START Exercise input

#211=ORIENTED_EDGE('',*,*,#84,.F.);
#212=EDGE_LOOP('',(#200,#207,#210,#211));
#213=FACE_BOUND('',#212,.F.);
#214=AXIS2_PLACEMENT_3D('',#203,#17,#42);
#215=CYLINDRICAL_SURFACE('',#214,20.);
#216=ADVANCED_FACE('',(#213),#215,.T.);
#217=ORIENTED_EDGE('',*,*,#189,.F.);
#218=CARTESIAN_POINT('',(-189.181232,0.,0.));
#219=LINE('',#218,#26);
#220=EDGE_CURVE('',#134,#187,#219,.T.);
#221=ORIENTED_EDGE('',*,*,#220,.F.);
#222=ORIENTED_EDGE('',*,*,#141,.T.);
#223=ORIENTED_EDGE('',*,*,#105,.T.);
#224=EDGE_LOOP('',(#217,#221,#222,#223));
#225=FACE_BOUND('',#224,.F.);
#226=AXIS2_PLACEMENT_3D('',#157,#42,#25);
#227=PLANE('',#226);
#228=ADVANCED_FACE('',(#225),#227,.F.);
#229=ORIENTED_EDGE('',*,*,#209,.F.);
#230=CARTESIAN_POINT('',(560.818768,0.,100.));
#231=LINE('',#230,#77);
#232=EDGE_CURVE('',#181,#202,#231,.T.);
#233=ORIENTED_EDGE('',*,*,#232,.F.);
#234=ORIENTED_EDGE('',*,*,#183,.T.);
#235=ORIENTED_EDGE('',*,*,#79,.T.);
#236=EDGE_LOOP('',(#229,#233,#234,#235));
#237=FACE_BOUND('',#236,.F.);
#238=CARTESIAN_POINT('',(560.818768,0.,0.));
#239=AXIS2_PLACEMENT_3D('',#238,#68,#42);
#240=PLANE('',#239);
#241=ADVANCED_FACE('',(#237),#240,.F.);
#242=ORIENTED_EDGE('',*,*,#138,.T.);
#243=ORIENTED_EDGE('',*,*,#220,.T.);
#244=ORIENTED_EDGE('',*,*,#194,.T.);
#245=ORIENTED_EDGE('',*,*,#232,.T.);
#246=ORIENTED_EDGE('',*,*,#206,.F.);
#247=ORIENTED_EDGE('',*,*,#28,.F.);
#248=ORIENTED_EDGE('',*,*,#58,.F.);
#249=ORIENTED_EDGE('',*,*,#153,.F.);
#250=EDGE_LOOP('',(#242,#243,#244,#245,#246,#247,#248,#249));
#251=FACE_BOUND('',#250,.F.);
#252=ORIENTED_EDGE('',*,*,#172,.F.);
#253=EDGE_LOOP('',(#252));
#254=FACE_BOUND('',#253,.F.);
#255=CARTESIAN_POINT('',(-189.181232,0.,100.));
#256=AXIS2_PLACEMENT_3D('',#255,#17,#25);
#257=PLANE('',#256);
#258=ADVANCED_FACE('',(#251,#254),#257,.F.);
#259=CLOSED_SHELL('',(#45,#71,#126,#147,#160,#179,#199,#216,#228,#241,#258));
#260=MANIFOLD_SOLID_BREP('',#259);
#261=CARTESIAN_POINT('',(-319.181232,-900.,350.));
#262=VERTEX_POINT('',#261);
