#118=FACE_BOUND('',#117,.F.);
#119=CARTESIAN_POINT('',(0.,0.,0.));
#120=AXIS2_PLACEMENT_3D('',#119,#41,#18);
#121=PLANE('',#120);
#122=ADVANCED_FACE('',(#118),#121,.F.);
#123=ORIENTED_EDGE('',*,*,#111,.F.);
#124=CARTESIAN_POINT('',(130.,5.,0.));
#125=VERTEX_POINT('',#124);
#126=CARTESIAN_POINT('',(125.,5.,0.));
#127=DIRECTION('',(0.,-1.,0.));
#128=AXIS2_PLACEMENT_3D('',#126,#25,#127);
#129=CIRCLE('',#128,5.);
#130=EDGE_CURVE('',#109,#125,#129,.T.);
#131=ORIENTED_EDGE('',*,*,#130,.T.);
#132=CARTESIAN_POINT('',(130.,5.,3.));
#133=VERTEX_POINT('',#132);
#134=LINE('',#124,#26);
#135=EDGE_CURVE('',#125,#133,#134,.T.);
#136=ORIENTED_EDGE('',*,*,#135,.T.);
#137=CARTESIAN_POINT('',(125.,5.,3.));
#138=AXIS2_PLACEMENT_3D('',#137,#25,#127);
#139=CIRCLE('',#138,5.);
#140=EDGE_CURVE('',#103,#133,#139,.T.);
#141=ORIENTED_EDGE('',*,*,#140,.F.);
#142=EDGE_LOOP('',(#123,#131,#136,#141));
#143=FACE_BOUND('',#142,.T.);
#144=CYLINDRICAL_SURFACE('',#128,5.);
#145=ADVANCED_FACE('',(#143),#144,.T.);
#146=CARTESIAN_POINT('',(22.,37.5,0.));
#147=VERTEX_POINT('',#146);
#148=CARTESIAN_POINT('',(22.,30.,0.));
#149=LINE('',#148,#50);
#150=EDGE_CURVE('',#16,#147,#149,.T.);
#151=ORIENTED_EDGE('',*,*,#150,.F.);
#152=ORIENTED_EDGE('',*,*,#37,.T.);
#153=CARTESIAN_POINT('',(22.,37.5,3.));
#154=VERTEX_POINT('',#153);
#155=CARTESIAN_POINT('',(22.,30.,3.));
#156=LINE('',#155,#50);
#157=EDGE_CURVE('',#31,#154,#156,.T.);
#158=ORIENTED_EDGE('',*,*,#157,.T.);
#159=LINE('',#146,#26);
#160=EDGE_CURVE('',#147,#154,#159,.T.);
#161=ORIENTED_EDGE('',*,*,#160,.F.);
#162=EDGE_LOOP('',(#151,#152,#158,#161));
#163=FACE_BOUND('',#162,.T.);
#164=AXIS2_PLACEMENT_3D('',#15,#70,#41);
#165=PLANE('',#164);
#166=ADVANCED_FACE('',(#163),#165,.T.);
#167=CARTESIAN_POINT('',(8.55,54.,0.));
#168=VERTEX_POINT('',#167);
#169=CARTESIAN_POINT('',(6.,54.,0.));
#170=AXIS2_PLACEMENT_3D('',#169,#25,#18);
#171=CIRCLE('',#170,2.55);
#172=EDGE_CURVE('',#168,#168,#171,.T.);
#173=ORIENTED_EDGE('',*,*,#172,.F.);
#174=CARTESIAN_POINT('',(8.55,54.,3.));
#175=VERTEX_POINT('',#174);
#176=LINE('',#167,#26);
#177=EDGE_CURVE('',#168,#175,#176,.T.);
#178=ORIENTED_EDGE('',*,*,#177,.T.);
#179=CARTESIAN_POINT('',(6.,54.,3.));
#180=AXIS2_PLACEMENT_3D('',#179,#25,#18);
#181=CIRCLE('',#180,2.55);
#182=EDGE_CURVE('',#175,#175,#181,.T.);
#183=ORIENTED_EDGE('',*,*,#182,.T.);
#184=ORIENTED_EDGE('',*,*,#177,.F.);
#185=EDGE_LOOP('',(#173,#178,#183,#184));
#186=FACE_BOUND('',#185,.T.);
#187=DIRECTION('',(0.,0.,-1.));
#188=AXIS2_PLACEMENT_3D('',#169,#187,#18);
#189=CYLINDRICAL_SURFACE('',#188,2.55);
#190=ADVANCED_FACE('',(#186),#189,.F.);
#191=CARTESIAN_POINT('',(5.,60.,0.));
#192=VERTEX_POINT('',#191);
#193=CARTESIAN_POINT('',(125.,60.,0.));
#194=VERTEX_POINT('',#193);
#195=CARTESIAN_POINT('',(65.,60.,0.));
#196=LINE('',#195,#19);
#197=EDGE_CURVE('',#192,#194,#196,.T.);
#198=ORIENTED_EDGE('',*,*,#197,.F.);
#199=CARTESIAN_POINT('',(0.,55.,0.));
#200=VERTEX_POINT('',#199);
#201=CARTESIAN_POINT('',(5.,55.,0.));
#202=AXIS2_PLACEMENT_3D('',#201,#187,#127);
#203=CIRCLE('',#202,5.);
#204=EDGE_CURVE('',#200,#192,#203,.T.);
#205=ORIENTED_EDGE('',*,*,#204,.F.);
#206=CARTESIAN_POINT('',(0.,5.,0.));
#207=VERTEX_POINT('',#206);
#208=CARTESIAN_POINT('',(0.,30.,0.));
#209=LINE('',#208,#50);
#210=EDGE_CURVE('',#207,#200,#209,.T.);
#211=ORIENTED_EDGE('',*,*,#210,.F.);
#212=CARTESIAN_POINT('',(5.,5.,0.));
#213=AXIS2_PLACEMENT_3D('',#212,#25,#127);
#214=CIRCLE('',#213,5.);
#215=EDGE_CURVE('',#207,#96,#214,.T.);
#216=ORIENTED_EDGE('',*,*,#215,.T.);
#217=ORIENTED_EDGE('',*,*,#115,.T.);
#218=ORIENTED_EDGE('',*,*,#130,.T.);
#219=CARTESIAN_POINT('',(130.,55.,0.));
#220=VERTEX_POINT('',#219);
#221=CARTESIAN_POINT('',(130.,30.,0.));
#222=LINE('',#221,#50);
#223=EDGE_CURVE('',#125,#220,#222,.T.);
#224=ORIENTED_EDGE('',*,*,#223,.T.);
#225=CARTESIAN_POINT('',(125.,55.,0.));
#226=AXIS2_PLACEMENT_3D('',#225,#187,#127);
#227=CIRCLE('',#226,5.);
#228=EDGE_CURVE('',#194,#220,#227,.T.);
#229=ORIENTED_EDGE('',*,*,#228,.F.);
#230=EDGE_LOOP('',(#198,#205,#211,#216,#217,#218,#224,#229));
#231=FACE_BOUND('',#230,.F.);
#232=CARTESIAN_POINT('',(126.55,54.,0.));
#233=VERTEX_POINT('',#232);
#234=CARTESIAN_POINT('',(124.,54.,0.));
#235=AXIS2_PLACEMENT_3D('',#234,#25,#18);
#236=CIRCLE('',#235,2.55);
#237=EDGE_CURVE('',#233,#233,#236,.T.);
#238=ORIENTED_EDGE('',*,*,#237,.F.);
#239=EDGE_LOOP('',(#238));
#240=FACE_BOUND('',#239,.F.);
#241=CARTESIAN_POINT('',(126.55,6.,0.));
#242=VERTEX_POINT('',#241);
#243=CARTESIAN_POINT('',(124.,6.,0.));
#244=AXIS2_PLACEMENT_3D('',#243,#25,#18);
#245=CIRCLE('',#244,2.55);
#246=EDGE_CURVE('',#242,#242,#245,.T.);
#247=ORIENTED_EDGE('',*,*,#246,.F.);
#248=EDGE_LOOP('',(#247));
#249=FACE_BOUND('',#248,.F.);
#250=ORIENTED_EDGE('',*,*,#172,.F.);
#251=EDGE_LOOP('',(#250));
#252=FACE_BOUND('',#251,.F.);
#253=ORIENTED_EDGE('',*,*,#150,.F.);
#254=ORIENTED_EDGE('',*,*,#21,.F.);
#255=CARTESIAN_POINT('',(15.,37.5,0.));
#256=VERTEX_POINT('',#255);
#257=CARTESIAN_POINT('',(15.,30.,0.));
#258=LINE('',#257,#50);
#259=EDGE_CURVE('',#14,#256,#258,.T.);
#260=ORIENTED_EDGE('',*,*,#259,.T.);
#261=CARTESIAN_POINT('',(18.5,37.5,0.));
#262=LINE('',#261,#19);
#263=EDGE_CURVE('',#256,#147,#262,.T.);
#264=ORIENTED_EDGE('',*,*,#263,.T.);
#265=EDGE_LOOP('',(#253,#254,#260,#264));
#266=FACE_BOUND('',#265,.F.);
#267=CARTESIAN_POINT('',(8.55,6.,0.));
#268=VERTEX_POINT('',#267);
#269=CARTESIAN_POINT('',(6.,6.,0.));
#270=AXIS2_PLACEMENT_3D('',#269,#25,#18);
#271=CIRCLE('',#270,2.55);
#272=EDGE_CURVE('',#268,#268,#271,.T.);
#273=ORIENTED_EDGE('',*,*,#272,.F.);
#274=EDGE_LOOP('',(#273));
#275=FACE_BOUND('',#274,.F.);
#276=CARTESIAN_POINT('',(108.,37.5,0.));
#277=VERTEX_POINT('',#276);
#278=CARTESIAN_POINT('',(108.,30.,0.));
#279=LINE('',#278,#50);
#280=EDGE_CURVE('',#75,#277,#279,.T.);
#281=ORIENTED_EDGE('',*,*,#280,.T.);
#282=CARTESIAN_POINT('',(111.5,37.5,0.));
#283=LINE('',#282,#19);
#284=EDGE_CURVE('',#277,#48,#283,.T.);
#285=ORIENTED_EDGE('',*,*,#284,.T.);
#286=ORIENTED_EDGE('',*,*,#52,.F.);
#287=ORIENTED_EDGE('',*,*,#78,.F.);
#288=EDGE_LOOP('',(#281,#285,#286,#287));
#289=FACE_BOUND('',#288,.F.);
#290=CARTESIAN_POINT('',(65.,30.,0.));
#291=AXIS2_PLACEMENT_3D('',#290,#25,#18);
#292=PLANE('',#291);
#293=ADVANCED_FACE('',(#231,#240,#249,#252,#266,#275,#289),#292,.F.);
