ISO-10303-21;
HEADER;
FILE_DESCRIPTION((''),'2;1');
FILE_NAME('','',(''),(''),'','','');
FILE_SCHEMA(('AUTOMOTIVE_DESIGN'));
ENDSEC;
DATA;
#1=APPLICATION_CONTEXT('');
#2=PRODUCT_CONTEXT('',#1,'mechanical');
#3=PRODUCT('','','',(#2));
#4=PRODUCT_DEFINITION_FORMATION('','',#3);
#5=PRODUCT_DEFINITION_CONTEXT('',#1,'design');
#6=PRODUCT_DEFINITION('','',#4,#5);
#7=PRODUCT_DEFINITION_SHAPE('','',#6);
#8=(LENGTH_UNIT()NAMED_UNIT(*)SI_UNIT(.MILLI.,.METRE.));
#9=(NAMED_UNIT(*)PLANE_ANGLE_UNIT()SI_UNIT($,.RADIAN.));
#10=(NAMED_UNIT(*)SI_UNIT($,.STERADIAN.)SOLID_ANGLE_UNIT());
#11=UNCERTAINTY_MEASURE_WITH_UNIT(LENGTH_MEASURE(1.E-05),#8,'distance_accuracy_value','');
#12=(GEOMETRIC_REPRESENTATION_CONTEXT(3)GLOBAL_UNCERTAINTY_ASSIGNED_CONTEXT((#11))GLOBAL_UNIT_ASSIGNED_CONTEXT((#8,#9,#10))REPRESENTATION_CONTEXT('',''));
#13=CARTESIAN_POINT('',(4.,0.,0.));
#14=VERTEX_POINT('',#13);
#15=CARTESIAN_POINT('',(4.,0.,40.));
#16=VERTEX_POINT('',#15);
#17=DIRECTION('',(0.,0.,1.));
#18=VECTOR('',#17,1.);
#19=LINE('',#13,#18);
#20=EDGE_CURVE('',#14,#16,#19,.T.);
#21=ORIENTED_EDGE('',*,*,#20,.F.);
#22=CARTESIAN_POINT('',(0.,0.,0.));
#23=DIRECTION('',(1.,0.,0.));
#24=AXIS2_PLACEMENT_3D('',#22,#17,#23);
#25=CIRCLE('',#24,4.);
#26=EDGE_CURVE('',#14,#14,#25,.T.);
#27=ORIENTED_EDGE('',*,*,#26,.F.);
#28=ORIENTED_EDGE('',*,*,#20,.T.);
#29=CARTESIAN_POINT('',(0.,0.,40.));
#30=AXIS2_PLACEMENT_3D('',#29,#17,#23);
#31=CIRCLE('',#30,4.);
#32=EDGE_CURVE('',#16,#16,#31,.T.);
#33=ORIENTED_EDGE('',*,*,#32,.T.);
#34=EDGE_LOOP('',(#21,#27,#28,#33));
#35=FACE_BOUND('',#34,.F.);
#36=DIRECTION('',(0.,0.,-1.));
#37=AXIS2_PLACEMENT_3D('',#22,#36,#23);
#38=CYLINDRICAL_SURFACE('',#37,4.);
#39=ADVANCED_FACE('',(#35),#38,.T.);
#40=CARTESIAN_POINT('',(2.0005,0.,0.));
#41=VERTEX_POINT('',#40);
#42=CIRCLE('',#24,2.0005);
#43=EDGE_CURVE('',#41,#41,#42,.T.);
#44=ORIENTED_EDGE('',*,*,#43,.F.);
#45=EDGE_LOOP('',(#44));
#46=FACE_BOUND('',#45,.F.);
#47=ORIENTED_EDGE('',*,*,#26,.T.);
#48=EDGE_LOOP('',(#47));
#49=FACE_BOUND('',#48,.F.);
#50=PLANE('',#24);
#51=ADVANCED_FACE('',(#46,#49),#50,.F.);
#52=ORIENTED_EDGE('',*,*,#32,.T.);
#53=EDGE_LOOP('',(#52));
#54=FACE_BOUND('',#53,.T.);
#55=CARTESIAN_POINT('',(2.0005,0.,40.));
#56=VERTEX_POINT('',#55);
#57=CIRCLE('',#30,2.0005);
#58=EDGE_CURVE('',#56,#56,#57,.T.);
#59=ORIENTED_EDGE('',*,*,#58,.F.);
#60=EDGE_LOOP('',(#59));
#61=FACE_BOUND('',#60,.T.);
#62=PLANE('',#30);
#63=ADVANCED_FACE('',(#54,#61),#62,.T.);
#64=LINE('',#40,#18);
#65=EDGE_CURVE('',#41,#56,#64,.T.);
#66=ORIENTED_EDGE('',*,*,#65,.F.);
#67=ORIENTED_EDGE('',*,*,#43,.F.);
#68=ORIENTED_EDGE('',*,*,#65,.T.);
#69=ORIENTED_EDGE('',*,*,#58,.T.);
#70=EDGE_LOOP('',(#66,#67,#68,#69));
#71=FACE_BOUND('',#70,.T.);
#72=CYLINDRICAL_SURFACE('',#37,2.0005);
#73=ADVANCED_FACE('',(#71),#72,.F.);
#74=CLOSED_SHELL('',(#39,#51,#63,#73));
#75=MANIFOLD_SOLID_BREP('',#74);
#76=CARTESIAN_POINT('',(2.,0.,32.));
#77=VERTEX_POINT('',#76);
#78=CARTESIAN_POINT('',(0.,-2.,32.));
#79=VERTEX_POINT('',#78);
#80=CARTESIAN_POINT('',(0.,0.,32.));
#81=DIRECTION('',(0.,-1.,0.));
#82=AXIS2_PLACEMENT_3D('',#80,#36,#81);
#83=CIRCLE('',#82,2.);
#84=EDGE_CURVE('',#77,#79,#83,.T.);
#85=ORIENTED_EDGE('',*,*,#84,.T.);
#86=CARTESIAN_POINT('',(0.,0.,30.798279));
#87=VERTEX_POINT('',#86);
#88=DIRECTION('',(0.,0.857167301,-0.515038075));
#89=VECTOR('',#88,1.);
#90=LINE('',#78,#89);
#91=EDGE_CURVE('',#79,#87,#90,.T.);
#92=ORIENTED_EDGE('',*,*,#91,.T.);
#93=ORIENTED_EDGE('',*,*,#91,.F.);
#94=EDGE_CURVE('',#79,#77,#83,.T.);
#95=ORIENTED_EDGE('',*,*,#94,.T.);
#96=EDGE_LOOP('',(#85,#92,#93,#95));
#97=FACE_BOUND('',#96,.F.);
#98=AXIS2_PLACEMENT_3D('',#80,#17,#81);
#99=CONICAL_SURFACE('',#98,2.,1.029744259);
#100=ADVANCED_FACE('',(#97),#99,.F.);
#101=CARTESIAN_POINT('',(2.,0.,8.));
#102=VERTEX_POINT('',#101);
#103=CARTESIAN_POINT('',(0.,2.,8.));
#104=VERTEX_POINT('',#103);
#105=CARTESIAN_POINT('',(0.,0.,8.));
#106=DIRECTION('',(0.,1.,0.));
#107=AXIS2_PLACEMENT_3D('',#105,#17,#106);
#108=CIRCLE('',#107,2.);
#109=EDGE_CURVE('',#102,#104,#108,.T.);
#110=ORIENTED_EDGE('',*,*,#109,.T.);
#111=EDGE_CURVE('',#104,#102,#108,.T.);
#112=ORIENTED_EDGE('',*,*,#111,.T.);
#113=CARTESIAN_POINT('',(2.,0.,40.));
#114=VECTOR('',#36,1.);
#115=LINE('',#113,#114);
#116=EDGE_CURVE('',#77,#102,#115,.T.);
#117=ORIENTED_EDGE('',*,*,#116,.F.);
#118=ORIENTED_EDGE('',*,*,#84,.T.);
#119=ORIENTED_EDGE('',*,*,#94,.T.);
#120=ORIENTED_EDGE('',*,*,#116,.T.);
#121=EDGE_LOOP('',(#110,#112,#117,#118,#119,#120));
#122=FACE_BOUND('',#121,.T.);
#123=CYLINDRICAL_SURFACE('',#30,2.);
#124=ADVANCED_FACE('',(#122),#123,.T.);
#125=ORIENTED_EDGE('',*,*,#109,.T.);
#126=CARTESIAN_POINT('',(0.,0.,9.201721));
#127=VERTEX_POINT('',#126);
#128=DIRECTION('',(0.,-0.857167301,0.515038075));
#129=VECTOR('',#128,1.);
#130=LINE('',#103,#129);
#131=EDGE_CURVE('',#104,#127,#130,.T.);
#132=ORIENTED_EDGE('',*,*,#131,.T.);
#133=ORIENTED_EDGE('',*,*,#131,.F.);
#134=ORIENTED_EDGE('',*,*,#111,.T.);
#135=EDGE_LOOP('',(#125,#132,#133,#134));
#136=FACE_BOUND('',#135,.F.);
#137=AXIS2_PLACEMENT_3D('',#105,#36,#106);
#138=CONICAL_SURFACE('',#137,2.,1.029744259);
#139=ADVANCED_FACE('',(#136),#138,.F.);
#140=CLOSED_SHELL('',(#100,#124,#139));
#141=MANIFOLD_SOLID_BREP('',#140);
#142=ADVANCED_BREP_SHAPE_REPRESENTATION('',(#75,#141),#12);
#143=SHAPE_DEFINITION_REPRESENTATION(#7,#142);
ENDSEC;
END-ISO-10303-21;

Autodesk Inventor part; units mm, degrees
ref_plane "YZ Plane" through (0, 0, 0) normal (1, 0, 0) x (0, 1, 0)
ref_plane "XZ Plane" through (0, 0, 0) normal (0, 1, 0) x (-1, 0, 0)
ref_plane "XY Plane" through (0, 0, 0) normal (0, 0, 1) x (1, 0, 0)
sketch "スケッチ1" plane through (0, 0, 0) normal (0, 0, 1) x (1, 0, 0)
  circle A0 centre (0, 0) radius 4
  circle A1 centre (0, 0) radius 2.0005
  dimension "d0" = 8
  dimension "d1" = 4.001
extrude "押し出し1" add sketch "スケッチ1" along normal blind 40
sketch "スケッチ2" plane through (0, 0, 40) normal (0, 0, 1) x (1, 0, 0)
  circle A0 centre (0, 0) radius 2
  dimension "d4" = 4
extrude "押し出し2" add sketch "スケッチ2" against normal blind 40
hole "穴1" at (0, 0, 40) direction (0, 0, -1) diameter 4 depth 8 tip angle 118
hole "穴2" at (0, 0, 0) direction (0, 0, 1) diameter 4 depth 8 tip angle 118
properties part number "スペーサーm4-40　簡易筒型" material "アルミニウム 2014-T4"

END Exercise input

Repeat the entries above exactly, beginning at their first line and ending with the line that contains "#227=PLANE('',#226);", with nothing added.

#211=ORIENTED_EDGE('',*,*,#84,.F.);
#212=EDGE_LOOP('',(#200,#207,#210,#211));
#213=FACE_BOUND('',#212,.F.);
#214=AXIS2_PLACEMENT_3D('',#203,#17,#42);
#215=CYLINDRICAL_SURFACE('',#214,20.);
#216=ADVANCED_FACE('',(#213),#215,.T.);
#217=ORIENTED_EDGE('',*,*,#189,.F.);
#218=CARTESIAN_POINT('',(-189.181232,0.,0.));
#219=LINE('',#218,#26);
#220=EDGE_CURVE('',#134,#187,#219,.T.);
#221=ORIENTED_EDGE('',*,*,#220,.F.);
#222=ORIENTED_EDGE('',*,*,#141,.T.);
#223=ORIENTED_EDGE('',*,*,#105,.T.);
#224=EDGE_LOOP('',(#217,#221,#222,#223));
#225=FACE_BOUND('',#224,.F.);
#226=AXIS2_PLACEMENT_3D('',#157,#42,#25);
#227=PLANE('',#226);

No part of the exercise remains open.